▶ _Exercise_
In the entries that follow, the first line to write out is the one containing "add(fixar.part, mode=Mode.SUBTRACT)", and the last is the one containing "FreeCAD Python script". Reproduce that stretch exactly, with nothing before or after it.

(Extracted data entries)

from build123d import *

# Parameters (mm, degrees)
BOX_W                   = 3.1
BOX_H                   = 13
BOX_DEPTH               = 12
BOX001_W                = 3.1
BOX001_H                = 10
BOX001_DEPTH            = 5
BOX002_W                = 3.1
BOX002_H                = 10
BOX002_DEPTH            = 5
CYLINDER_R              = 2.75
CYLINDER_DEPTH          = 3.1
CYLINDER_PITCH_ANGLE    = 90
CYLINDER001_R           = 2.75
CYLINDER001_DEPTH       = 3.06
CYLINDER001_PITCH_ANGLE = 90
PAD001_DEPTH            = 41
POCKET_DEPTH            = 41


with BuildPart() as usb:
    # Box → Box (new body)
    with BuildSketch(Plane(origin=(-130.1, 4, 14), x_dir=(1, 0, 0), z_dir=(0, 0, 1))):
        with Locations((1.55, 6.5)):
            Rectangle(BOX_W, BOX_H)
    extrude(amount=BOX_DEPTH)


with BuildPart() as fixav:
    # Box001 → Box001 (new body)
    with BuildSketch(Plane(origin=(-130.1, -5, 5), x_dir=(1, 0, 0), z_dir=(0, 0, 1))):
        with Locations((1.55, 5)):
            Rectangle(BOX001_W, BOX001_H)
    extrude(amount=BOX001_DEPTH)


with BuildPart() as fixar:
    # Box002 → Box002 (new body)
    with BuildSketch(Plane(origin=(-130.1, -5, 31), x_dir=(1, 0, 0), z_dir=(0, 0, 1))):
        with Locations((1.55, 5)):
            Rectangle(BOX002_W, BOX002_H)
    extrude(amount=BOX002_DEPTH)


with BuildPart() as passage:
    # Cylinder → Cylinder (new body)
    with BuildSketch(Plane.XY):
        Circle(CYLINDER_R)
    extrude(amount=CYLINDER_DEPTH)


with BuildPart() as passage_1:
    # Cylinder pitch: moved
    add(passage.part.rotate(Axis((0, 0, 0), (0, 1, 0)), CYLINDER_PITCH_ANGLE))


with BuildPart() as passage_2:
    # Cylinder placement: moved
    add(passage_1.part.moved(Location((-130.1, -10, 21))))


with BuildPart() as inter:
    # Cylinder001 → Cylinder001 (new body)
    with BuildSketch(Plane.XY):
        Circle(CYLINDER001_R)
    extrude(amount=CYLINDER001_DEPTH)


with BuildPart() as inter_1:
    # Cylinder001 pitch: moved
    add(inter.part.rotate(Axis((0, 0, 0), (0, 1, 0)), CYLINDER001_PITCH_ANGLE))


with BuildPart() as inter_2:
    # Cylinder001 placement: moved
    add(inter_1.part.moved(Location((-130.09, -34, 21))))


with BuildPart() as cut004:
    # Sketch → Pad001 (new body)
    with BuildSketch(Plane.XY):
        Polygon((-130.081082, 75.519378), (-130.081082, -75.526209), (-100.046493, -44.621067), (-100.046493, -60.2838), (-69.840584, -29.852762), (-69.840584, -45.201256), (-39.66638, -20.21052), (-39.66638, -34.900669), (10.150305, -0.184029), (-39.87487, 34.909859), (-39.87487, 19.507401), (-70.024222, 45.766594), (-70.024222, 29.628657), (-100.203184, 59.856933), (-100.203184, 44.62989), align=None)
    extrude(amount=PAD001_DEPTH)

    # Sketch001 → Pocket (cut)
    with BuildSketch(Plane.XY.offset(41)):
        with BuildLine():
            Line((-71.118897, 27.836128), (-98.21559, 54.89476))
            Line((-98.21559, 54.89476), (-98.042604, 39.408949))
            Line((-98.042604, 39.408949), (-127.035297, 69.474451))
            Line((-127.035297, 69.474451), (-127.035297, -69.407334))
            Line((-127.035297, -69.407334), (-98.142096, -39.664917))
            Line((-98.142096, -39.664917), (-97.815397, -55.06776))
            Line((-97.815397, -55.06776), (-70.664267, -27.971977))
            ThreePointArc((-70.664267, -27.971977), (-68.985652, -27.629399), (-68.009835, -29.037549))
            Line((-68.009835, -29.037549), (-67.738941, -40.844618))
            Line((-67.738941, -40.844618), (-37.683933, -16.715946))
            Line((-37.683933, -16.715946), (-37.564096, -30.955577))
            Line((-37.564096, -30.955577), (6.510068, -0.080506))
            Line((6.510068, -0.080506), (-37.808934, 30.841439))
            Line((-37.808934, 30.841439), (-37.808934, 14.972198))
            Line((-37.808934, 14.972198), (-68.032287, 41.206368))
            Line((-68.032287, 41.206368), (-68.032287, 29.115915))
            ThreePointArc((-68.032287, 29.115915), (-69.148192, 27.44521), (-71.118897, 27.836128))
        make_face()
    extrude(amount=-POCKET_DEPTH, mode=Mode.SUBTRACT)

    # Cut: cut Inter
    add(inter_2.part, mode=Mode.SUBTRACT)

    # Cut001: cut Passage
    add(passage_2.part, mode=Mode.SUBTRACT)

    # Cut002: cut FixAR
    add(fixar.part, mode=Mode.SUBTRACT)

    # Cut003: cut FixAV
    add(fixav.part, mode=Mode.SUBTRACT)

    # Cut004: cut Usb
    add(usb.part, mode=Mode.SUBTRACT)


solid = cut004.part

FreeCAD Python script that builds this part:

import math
import FreeCAD as App
import Part
import Sketcher
from FreeCAD import Vector
Q = App.Units.Quantity


def add_polygon(sketch, points):
    """Adds a closed chain of lines whose ends are joined by coincident constraints."""
    first, n = sketch.GeometryCount, len(points)
    for a, b in zip(points, points[1:] + points[:1]):
        sketch.addGeometry(Part.LineSegment(App.Vector(*a, 0), App.Vector(*b, 0)), False)
    for i in range(n):
        sketch.addConstraint(Sketcher.Constraint("Coincident", first + i, 2, first + (i + 1) % n, 1))

doc = App.newDocument("Part")
body = doc.addObject("PartDesign::Body", "Body")

# Sketch on XY plane
sketch1 = doc.addObject("Sketcher::SketchObject", "Sketch")
body.addObject(sketch1)
sketch1.AttachmentSupport = (doc.XY_Plane, [""])
sketch1.MapMode = "FlatFace"
sketch1.AttachmentOffset = App.Placement(Vector(0, 0, 14), App.Rotation())
add_polygon(sketch1, [(-130.1, 17), (-130.1, 4), (-127, 4), (-127, 17)])  # lines 0-3
sketch1.addConstraint(Sketcher.Constraint("Vertical", 0))
sketch1.addConstraint(Sketcher.Constraint("Horizontal", 1))
sketch1.addConstraint(Sketcher.Constraint("Vertical", 2))
sketch1.addConstraint(Sketcher.Constraint("Horizontal", 3))
sketch1.addConstraint(Sketcher.Constraint("DistanceY", 0, 2, 0, 1, 13.0))
sketch1.addConstraint(Sketcher.Constraint("DistanceX", 1, 1, 1, 2, 3.1))
sketch1.addConstraint(Sketcher.Constraint("DistanceY", -1, 1, 0, 2, 4.0))
sketch1.addConstraint(Sketcher.Constraint("DistanceX", 1, 2, -1, 1, 127.0))
pad1 = doc.addObject("PartDesign::Pad", "Pad")
body.addObject(pad1)
pad1.Profile = sketch1
pad1.Length = 12
body2 = doc.addObject("PartDesign::Body", "Body001")

# Sketch on XY plane
sketch2 = doc.addObject("Sketcher::SketchObject", "Sketch001")
body2.addObject(sketch2)
sketch2.AttachmentSupport = (doc.getObject("XY_Plane001"), [""])
sketch2.MapMode = "FlatFace"
sketch2.AttachmentOffset = App.Placement(Vector(0, 0, 5), App.Rotation())
add_polygon(sketch2, [(-130.1, 5), (-130.1, -5), (-127, -5), (-127, 5)])  # lines 0-3
sketch2.addConstraint(Sketcher.Constraint("Vertical", 0))
sketch2.addConstraint(Sketcher.Constraint("Horizontal", 1))
sketch2.addConstraint(Sketcher.Constraint("Vertical", 2))
sketch2.addConstraint(Sketcher.Constraint("Horizontal", 3))
sketch2.addConstraint(Sketcher.Constraint("DistanceY", 0, 2, 0, 1, 10.0))
sketch2.addConstraint(Sketcher.Constraint("DistanceX", 1, 1, 1, 2, 3.1))
sketch2.addConstraint(Sketcher.Constraint("DistanceY", 0, 2, -1, 1, 5.0))
sketch2.addConstraint(Sketcher.Constraint("DistanceX", 1, 2, -1, 1, 127.0))
pad2 = doc.addObject("PartDesign::Pad", "Pad001")
body2.addObject(pad2)
pad2.Profile = sketch2
pad2.Length = 5
body3 = doc.addObject("PartDesign::Body", "Body002")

▶ _Output below_
    add(fixar.part, mode=Mode.SUBTRACT)

    # Cut003: cut FixAV
    add(fixav.part, mode=Mode.SUBTRACT)

    # Cut004: cut Usb
    add(usb.part, mode=Mode.SUBTRACT)


solid = cut004.part

FreeCAD Python script that builds this part:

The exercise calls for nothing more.